Unit 9 psychiatric ward full of patients awaiting nursing home beds

When the pandemic hit the province back in the spring, the Unit 9 psychiatric ward at the Queen Elizabeth Hospital in Charlottetown was emptied of patients to clear the way for potential COVID cases. A few Unit 9 patients were moved to Hillsborough Psychiatric Hospital but most were cleared to return home.

The rush of COVID-19 hospitalizations never happened. 

And instead of returning mental health patients to Unit 9, patients waiting for a spot in a nursing home were moved into that unit — and they’re still there.

“I’m profoundly concerned. And in fact, all the psychiatry group together has been quite urgently advocating for a reopening of psychiatric beds on Unit 9,” said Dr. Heather Keizer, chief of mental health and addictions on P.E.I.

Health and Wellness Minister James Aylward told CBC News that will happen.

Unit 9 at the Queen Elizabeth Hospital is the psychiatric unit but is currently full of patients with dementia. It is a locked unit. (CBC News)

“We do need to go back to reintroducing it as a psychiatric unit,” he said. “Right now we’re targeting for the end of October.”

There are 20 beds in Unit 9 — 17 of them are currently being used by patients with dementia, said Aylward.
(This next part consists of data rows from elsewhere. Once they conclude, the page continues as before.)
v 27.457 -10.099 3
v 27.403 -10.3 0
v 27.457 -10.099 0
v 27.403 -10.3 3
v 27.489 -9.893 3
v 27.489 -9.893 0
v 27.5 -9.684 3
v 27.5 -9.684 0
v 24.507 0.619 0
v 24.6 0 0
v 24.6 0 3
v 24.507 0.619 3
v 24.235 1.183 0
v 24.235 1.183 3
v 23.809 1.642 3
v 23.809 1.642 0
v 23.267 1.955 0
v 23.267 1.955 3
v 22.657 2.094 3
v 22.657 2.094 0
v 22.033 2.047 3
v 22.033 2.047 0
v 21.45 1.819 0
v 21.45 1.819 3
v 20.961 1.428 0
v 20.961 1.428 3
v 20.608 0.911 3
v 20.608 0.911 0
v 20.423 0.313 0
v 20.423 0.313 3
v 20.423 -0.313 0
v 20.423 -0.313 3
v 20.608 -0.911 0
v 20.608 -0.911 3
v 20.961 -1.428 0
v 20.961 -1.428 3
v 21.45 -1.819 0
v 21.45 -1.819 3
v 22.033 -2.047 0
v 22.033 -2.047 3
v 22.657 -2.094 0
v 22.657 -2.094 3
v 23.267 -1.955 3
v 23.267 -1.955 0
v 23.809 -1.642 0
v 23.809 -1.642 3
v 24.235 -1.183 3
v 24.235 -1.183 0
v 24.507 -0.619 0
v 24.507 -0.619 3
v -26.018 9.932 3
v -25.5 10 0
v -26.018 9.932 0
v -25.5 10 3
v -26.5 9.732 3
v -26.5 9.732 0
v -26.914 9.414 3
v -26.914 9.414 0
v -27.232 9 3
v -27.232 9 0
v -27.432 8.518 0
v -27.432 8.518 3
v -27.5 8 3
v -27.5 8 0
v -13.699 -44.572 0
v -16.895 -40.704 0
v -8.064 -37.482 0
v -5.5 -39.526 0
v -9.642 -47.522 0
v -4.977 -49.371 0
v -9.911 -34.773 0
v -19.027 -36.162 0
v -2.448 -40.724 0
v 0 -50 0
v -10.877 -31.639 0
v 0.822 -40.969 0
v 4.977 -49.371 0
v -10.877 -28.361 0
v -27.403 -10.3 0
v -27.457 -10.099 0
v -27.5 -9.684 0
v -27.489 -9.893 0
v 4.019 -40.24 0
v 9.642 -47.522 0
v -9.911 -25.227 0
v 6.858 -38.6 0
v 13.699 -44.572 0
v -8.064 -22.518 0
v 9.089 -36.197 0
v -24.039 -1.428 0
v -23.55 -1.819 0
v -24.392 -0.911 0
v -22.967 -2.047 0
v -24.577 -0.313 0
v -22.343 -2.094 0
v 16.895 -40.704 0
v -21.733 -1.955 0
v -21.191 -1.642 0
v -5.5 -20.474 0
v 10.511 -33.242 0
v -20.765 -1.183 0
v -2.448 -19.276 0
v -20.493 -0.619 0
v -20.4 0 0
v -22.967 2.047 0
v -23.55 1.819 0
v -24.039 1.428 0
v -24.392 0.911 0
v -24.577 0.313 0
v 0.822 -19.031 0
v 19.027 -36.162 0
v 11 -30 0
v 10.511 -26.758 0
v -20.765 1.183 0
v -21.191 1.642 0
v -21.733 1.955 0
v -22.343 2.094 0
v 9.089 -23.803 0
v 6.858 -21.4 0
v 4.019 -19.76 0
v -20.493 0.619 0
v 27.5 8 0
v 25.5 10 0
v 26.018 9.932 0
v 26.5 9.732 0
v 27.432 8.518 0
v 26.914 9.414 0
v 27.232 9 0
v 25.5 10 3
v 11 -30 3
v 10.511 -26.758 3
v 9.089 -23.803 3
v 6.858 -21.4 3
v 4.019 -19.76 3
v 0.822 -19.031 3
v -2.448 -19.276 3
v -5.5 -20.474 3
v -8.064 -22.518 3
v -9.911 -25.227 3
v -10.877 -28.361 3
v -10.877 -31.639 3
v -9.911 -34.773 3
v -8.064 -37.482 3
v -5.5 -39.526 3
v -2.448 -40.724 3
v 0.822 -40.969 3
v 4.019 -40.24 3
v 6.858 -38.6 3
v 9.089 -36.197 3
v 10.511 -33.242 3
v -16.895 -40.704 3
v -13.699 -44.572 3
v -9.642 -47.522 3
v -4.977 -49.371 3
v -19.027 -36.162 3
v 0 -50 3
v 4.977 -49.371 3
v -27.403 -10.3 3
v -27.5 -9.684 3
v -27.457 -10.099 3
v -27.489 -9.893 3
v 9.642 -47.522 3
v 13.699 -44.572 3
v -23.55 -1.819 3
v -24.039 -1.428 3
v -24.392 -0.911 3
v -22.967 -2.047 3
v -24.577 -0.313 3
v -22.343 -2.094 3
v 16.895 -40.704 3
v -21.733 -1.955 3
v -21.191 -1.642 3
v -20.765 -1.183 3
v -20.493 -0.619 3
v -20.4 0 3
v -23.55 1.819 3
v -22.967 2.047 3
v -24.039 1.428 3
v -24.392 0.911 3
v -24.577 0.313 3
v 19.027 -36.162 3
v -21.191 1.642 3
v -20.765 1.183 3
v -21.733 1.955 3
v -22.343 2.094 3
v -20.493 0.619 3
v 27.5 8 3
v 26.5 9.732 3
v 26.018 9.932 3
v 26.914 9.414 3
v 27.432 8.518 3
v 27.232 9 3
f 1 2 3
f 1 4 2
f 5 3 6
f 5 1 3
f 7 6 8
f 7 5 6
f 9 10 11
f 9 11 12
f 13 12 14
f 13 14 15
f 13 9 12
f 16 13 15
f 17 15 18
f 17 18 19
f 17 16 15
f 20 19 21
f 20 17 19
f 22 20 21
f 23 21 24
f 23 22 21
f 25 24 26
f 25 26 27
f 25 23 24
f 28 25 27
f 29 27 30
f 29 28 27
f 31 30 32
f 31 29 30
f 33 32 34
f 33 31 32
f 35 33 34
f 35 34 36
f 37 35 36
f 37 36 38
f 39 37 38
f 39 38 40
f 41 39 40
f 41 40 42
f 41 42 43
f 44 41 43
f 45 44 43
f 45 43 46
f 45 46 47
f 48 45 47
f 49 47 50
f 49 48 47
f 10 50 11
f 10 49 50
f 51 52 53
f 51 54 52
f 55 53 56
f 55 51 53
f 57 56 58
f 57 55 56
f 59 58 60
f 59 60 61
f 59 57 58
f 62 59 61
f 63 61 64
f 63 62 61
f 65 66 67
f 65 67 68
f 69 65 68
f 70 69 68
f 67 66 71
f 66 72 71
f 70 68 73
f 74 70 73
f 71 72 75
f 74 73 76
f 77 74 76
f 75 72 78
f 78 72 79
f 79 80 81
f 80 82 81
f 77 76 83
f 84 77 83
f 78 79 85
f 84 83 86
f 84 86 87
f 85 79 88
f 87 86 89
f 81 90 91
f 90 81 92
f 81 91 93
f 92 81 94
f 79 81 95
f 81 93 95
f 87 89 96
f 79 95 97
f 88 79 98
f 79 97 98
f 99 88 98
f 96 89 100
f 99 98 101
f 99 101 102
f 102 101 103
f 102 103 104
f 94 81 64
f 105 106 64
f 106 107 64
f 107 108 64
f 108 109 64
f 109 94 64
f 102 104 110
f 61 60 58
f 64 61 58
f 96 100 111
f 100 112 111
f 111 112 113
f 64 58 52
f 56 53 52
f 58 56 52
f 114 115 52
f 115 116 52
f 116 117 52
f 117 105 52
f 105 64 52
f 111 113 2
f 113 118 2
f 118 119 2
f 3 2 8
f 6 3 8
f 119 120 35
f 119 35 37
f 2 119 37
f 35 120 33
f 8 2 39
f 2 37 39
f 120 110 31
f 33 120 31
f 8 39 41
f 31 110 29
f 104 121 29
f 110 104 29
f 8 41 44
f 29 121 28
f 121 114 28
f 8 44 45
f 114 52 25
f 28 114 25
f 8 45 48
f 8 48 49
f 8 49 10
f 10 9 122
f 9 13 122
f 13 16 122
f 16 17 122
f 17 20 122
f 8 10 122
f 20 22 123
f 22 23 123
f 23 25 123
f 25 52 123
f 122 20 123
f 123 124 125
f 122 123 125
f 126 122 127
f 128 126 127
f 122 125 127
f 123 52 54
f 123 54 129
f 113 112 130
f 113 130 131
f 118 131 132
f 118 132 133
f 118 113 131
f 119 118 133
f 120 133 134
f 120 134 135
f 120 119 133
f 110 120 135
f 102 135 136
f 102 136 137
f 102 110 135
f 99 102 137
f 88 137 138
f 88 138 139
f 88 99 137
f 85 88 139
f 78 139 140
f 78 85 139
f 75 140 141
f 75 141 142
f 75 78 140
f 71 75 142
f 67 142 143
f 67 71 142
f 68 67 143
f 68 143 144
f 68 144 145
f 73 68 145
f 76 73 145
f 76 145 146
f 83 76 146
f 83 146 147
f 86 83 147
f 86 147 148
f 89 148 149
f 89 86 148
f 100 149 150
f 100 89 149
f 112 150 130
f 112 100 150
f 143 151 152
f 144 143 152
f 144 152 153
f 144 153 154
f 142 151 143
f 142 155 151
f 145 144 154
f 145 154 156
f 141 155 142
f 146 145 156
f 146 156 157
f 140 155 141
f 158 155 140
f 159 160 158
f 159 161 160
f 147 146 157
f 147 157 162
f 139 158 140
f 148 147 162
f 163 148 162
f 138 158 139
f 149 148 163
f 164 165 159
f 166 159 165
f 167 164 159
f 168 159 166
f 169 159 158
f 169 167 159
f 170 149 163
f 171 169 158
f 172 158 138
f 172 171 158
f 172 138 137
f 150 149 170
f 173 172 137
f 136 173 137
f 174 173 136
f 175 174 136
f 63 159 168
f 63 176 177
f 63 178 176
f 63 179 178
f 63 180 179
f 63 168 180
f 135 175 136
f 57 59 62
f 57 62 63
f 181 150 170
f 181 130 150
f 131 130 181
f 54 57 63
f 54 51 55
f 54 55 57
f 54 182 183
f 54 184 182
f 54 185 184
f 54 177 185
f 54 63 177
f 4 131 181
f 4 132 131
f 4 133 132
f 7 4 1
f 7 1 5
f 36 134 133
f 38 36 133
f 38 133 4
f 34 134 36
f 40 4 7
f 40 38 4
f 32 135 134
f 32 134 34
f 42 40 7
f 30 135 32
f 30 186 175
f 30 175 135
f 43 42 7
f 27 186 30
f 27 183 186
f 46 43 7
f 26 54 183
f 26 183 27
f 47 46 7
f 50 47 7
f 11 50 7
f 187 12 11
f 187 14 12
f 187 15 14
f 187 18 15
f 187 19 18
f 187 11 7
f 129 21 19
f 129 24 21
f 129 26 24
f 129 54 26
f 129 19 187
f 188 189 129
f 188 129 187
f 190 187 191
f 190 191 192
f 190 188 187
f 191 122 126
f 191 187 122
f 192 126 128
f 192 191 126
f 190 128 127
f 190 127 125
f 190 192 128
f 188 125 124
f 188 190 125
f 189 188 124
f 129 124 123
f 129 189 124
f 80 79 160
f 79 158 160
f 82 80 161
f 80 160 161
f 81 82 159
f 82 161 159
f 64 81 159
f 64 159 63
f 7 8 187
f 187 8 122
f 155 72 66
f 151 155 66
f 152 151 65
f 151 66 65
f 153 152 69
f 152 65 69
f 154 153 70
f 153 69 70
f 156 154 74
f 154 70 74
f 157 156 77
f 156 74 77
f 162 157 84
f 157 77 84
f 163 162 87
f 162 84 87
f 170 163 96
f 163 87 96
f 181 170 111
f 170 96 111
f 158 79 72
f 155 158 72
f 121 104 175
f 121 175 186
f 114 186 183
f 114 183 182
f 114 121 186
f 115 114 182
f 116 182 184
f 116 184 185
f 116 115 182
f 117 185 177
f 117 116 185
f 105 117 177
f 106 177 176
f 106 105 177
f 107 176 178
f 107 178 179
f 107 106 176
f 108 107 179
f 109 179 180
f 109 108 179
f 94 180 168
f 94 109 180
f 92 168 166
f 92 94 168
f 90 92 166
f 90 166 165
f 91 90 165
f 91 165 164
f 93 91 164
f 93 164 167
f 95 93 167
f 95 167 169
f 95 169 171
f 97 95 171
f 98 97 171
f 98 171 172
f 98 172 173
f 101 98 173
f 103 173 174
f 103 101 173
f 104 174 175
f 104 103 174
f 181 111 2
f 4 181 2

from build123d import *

# Parameters (mm, degrees)
SKETCH_1_W      = 55
SKETCH_1_H      = 20
SKETCH_1_R      = 2.1
SKETCH_1_R_2    = 20
SKETCH_1_R_3    = 11
EXTRUDE_1_DEPTH = 3
FILLET_1_R      = 2


with BuildPart() as part:
    # ｽｹｯﾁ1 → ﾎﾞｽ - 押し出し1 (new body)
    # profile 1 of 4: a face of its own
    with BuildSketch(Plane.XY):
        Rectangle(SKETCH_1_W, SKETCH_1_H)
        with Locations((22.5, 0)):
            Circle(SKETCH_1_R, mode=Mode.SUBTRACT)
        with Locations((-22.5, 0)):
            Circle(SKETCH_1_R, mode=Mode.SUBTRACT)
    # profile 2 of 4: a face of its own
    with BuildSketch(Plane.XY):
        with BuildLine():
            Line((1.9e-08, -10), (-27.5, -10))
            Line((-27.5, -10), (-19.027027027, -36.162162162))
            ThreePointArc((-19.027027027, -36.162162162), (-16.174721681, -18.236566039), (1.9e-08, -10))
        make_face()
    # profile 3 of 4: a face of its own
    with BuildSketch(Plane.XY):
        with Locations((0, -30)):
            Circle(SKETCH_1_R_2)
        with Locations((0, -30)):
            Circle(SKETCH_1_R_3, mode=Mode.SUBTRACT)
    # profile 4 of 4: a face of its own
    with BuildSketch(Plane.XY):
        with BuildLine():
            Line((19.027027027, -36.162162162), (27.5, -10))
            Line((27.5, -10), (1.9e-08, -10))
            ThreePointArc((1.9e-08, -10), (14.14213563, -15.857864383), (20, -30))
            ThreePointArc((20, -30), (19.755259307, -33.119251469), (19.027027027, -36.162162162))
        make_face()
    extrude(amount=EXTRUDE_1_DEPTH)

    # ﾌｨﾚｯﾄ1
    fillet_1_edges = [part.edges().sort_by_distance(p)[0] for p in [
        (27.5, -10, 1.5),
        (-27.5, -10, 1.5),
        (-27.5, 10, 1.5),
        (27.5, 10, 1.5),
    ]]
    fillet(fillet_1_edges, radius=FILLET_1_R)


solid = part.part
While health officials are in the process of locating spots in long-term care facilities, it will take time, said Aylward. He said the patients were transferred to Unit 9 from other units in the hospital as the ward is locked so patients can’t wander, and there’s less stimulation than other units. “It’s a very quiet, serene environment,” he said.

‘We need those beds’

Keizer said the patients there now don’t require a hospital level of care, but do “deserve appropriate and compassionate placement. And that’s not simple. That’s actually quite challenging.”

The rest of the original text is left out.